After running the model.encode function my naive expectation is that the final Tensor has been calculated by the GPU and no further calculation should be pending.

Which model.encode is this? What I just hinted at (based on how cuda works, again not sure of what metal would do) is that the rust function would mostly return instantaneously until you hit a synchronisation point, at which point you would have to wait for the gpu computations to actually finish. The timings that you would get would not really represent which operations are blocking, for that you may want to use some specialize metal kernel profiler. Again on the cuda side one would use nvsys to get a sense of what the GPU is doing, I don't know what the equivalent for metal is. That wouldn't explain why the model is so much slower than pytorch, but could help pinpoint which kernel is actually problematic here as it may well not be the one copying data to the cpu. Also maybe you want to run with --release if it's not already the case, otherwise cpu optimisations are not turned on.

I apologize, I meant model.forward (not model.encode) where model is an instance of candle_transformers::models::bert::BertModel.

So the logical flow is

Load BertModel to GPU
Tokenize some inputs (CPU task)
add tokenization output to GPU as Tensor (A)
apply BertModel::forward to Tensor A (GPU task, that launches a lot of GPU async ops) -- 18 seconds are spent here
collect output of BertModel Tensor (B) back to GPU (GPU -> CPU transfer)

If i understand what you are saying correctly, step 4 launches a set of tasks asynchronously and when step 5 is called, in order to collect the final tensor all the tasks launched by step 4, have to be completed.

My question is then: assuming we NEED to wait for all the tasks launched by step A in order to get the final tensor, why do these tasks take 18 seconds when pytorch can perform similar tasks on metal in ms?

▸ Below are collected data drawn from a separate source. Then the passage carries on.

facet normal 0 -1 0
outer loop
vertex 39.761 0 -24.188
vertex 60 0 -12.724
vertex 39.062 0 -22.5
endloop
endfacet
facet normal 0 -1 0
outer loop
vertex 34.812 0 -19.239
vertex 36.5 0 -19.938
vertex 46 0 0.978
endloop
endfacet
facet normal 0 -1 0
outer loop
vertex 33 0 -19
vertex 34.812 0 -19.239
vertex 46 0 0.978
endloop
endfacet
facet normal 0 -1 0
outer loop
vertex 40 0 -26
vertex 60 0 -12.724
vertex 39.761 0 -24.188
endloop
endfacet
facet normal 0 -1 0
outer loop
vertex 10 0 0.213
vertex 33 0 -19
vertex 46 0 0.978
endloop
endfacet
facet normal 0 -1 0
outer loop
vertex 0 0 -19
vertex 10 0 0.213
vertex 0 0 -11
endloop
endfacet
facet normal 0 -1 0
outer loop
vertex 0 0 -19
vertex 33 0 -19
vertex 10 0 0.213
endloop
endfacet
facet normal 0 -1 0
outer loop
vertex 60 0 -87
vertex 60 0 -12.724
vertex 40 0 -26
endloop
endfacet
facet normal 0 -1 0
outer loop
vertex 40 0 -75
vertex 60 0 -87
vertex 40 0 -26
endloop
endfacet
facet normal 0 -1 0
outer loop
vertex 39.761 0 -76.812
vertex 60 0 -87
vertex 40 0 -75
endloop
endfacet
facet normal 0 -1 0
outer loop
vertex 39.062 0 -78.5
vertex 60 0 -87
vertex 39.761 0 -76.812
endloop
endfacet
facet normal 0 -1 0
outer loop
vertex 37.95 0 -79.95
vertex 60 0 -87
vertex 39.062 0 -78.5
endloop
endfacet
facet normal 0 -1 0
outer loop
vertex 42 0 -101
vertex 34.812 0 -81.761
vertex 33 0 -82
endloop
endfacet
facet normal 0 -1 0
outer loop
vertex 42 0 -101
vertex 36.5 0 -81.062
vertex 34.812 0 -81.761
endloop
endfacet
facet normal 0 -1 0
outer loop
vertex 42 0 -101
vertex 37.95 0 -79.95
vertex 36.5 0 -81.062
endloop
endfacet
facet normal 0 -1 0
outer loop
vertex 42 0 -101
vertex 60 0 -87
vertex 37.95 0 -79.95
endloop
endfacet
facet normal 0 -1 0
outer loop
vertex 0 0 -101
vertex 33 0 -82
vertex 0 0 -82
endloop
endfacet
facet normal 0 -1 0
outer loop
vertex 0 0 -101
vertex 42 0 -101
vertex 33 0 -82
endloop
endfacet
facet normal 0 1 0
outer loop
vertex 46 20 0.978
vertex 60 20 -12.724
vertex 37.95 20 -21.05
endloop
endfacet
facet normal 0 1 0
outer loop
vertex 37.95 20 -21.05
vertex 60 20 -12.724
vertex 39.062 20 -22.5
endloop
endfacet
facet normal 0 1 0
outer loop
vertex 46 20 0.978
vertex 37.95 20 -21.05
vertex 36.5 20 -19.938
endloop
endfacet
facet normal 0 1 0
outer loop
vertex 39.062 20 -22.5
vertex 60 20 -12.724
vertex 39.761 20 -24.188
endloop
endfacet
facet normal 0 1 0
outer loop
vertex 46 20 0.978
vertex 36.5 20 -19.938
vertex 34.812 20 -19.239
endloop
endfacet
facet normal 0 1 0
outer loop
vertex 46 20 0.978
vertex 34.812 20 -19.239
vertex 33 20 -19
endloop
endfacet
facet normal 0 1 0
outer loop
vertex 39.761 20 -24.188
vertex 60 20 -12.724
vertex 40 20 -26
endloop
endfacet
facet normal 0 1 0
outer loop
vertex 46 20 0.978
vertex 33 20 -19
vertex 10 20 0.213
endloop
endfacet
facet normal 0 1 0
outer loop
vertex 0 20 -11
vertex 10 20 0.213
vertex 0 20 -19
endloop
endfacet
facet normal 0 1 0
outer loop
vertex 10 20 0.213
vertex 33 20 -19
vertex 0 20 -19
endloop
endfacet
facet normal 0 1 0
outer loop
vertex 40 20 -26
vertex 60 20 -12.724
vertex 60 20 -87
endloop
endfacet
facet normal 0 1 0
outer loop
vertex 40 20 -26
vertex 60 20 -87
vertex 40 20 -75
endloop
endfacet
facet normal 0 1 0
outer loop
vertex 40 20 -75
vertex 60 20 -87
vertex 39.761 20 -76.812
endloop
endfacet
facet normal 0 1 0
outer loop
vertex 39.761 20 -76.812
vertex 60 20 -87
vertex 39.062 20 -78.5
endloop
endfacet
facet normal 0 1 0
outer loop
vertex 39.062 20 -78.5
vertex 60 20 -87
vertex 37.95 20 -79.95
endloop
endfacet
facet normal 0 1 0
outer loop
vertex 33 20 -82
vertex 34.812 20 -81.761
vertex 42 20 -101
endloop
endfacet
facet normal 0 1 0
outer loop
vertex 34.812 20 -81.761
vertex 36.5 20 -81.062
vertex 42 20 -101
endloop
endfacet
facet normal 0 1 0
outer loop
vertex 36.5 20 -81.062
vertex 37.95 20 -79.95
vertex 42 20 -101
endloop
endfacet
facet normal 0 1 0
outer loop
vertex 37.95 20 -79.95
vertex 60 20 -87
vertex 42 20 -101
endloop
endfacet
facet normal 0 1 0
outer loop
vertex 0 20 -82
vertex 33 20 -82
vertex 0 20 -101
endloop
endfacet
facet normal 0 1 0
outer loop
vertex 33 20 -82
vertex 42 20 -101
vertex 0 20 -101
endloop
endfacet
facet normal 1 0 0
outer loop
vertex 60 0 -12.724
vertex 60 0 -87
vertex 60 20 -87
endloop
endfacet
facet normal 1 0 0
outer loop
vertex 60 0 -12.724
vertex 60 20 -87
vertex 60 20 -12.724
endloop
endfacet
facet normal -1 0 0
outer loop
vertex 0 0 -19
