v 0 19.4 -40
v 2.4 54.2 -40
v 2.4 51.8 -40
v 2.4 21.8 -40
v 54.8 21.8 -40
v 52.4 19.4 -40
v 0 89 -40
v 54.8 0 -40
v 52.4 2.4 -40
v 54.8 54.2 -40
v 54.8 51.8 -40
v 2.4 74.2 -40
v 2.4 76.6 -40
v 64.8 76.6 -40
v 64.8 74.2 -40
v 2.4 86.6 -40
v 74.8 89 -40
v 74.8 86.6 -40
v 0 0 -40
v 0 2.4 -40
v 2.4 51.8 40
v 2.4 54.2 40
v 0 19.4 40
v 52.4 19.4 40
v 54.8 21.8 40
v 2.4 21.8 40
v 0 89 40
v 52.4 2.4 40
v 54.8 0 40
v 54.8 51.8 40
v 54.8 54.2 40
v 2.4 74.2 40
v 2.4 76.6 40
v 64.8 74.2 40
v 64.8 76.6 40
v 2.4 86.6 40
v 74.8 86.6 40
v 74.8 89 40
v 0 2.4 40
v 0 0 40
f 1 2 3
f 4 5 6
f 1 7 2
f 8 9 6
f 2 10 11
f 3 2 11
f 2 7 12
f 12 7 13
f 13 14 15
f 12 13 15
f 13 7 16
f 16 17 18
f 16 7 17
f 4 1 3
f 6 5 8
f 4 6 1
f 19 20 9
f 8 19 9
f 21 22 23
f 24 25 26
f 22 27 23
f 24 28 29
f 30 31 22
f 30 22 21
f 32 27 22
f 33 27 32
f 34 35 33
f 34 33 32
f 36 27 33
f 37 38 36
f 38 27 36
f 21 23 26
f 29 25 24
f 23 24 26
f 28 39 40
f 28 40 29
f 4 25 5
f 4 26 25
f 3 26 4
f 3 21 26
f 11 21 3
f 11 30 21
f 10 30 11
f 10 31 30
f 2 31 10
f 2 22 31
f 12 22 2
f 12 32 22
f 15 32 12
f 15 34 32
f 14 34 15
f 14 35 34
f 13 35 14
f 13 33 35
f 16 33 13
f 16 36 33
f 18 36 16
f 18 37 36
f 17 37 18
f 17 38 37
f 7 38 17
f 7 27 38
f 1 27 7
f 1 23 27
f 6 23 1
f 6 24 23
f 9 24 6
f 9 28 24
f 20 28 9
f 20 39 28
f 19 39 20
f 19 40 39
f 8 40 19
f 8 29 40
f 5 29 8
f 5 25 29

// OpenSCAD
// thickness of the parent shelf we will hang on
shelfThickness = 17;

// general thickness of the shelves
thickness = 2.4;

// how deep into our parent shelf 
depth = 50;

width = 80;



// ultimate: width 90, s1height=16, s2height=22, s3height=??
// but need holes/space in back for routing cables.

module hangingShelf(
    t=thickness, d=depth, w=width,
    
    // Usable height of each shelf
    s1height = 30, s2height = 20, s3height = 10,
    
    // offsets control how far out the shelf will stick
    // compared to the part that slides onto the parent
    // shelf. Use negative numbers to inset.
    s1Offset = 0, s2Offset = 10, s3Offset = 20) 
{
    x0 = 0;
    x1 = t;
    x2 = t + d;
    x3 = t + d + t;
    y0 = 0;
    y1 = t + shelfThickness + t;
    s1y = shelfThickness + t + t + s1height;
    s2y = s1y + t + s2height;
    s3y = s2y + t + s3height;
    
    poly = [
        [x0,y0],  // 0
        [x3,y0],  // 1
        [x3,y1], // 2
        [x1,y1], // 3
        [x1,s1y], // 4
        [x3+s1Offset,s1y],  // 5
        [x3+s1Offset,s1y+t], // 6
        [x1,s1y+t], // 7
        [x1,s2y], // 8
        [x3+s2Offset,s2y], // 9
        [x3+s2Offset,s2y+t], // 10
        [x1,s2y+t], // 11
        [x1,s3y], // 12
        [x3+s3Offset,s3y], // 13
        [x3+s3Offset,s3y+t], // 14
        [x0,s3y+t], // 15
        [x0,y0+t+shelfThickness], // 16
        [x2,y0+t+shelfThickness], // 17
        [x2, t], // 18
        [x0,t]];// 19    
    
    linear_extrude(height=w,convexity=10, center=true) 
        polygon(poly,[[0,1,2,3,4,5,6,7,8,9,10,11,12,13,14,15,16,17,18,19,0]]);
        
}


hangingShelf();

is there a way to open a different GPU command queue to get the final tensor without waiting for all the async operations from step 4 (only wait for the operations required to calculate the final vector)? right after step 4, if i do Tensor B .shape it returns the correct shape (without waiting 18 seconds), so my naive assumption would be that the calculations required to get the final vector have been completed ... but maybe I am wrong, perhaps the tensor shape is calculated before the tensor values are ...

Getting the tensor shape doesn't communicate with the gpu - it's fully handled on the cpu side, only retrieving its content is actually async. If it's like cuda, we would wait only for the necessary task to complete to get the data out, not all the task - that would not be handled at the candle level but rather within cuda. From here it seems that some kernel is very slow and so we would have to profile what is going on on the gpu side to get a sense of where the time is spent, hence my suggestion to use an equivalent of nvsys. There is a metal performance debugger but I've never tried it. Also did you re-run with --release just in case cpu optimizations actually help here?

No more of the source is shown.